The described subject matter relates generally to seals, and more specifically to circumferential seals and seal segments suitable for high temperature environments.
Conventional brush seals for engines, such as axial flow turbine engines, are currently made from low-cost, finely drawn wires derived from basic nickel- or cobalt-based alloys. These conventional brush seal configurations, under the thermal and pressure differentials seen in and around the gas path. At the same time, higher temperature superalloys have been introduced into more parts of such engines to increase efficiency through higher combustion temperatures, which can exceed the creep temperature of conventional brush seal alloys.
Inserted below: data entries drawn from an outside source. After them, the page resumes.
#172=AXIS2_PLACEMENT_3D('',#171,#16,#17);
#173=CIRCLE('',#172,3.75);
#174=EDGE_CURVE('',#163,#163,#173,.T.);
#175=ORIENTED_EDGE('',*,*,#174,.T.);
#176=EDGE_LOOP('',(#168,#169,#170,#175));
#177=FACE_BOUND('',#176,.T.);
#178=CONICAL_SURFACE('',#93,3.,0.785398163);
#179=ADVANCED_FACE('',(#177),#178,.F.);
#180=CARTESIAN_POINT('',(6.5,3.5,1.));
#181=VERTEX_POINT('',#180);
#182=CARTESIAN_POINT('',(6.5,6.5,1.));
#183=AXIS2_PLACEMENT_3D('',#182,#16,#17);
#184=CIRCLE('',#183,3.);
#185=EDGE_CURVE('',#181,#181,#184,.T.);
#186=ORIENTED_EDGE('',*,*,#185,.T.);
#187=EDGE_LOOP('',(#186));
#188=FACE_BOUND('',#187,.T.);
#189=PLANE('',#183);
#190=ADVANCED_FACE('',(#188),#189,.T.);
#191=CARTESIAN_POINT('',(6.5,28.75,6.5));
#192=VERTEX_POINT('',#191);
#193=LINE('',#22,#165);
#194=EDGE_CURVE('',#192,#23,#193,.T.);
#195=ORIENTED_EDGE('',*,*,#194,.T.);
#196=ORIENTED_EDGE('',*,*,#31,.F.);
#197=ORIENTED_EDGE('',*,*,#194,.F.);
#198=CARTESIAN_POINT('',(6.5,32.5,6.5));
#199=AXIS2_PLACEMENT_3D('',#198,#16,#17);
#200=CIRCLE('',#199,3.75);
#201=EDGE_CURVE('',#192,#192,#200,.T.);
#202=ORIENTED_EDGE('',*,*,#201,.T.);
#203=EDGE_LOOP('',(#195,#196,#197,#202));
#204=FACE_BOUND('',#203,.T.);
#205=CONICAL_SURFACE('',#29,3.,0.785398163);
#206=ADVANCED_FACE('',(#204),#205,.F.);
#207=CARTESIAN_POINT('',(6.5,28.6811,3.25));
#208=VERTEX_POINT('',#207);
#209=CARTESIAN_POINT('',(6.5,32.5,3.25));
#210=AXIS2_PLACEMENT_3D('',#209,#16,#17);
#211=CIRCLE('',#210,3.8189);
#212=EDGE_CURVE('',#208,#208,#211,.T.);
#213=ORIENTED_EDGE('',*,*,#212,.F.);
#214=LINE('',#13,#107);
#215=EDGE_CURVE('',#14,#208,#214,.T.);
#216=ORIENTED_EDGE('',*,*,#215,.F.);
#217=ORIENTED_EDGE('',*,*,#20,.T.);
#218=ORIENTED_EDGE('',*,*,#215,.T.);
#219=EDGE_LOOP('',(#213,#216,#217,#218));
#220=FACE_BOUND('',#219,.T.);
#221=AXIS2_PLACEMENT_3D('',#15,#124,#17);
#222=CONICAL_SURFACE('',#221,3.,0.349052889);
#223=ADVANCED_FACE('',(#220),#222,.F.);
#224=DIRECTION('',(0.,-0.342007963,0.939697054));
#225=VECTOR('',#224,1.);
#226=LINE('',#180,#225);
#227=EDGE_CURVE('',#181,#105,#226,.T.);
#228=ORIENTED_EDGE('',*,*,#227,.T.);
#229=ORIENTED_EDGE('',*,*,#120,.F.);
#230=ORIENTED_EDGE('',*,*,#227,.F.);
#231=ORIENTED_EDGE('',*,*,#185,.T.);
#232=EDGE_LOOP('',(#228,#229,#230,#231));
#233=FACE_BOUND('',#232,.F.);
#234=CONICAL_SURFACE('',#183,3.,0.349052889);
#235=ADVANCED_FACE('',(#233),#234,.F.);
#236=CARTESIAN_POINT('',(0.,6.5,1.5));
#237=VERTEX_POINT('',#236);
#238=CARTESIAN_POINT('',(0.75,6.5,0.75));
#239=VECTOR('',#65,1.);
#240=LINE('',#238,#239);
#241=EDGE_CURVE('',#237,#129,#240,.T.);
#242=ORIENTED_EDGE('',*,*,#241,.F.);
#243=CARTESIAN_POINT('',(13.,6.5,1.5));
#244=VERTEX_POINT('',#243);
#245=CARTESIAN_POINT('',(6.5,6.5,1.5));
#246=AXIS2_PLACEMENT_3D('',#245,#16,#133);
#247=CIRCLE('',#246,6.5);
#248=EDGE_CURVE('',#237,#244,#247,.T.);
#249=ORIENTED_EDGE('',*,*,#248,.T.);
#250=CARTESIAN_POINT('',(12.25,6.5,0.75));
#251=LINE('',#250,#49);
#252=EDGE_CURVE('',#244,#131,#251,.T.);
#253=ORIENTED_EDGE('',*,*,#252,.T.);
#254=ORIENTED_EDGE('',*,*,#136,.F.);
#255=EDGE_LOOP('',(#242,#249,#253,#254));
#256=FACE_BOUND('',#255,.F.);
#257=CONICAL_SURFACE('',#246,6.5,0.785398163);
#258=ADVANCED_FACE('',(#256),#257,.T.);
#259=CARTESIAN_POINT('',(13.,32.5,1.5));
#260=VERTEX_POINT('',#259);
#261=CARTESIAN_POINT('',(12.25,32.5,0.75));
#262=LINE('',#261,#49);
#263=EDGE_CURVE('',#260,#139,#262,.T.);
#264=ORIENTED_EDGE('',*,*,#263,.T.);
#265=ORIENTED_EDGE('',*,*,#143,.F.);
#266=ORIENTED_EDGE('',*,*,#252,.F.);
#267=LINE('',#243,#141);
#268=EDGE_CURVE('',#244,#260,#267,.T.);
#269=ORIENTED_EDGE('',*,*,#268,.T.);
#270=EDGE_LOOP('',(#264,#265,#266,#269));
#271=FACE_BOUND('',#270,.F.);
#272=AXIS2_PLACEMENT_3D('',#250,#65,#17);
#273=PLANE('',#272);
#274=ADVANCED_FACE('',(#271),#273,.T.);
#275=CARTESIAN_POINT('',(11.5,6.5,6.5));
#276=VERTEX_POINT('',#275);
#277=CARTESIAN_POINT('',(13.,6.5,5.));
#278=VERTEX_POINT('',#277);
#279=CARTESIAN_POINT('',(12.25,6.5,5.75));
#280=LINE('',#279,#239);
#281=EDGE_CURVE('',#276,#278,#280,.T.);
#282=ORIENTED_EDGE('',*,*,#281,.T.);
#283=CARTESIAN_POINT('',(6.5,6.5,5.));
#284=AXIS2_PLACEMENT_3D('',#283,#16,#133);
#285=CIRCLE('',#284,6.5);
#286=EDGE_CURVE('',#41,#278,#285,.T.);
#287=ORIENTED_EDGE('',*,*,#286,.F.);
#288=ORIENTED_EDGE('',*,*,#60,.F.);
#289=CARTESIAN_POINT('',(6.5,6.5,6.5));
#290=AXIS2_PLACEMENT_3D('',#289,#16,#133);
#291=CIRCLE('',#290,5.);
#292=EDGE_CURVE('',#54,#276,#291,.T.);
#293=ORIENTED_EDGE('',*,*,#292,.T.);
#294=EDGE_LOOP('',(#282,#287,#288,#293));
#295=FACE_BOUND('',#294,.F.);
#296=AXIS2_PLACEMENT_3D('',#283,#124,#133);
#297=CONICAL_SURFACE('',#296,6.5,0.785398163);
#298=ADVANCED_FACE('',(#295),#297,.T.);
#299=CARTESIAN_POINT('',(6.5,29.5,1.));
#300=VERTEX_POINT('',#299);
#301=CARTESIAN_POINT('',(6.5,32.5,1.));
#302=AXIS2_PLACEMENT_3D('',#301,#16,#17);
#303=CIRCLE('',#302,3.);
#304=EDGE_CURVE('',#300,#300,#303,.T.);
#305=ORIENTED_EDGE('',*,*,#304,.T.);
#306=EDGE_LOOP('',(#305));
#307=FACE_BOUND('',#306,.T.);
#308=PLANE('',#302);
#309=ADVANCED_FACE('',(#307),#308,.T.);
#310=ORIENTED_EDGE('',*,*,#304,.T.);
Early generations of superalloys are also occasionally used in brush seals. These have relatively low concentrations of gamma-prime precipitate. To date, it has been difficult and impractical to consistently process the more recent generations of superalloys, characterized generally by increased concentrations of gamma-prime precipitate, into the finely sized wires typical of conventional brush seals. Specifically, concentrations of gamma-prime precipitate can be increased to help the material withstand the higher turbine temperatures in advanced gas turbine engines. However, in terms of quality, consistency, and manageable processing costs, it becomes impractical or impossible to process a material having increased concentrations of gamma-prime precipitate into wires having a sufficiently thin diameter for use as a brush seal without unduly sacrificing thermal and mechanical properties of the seal.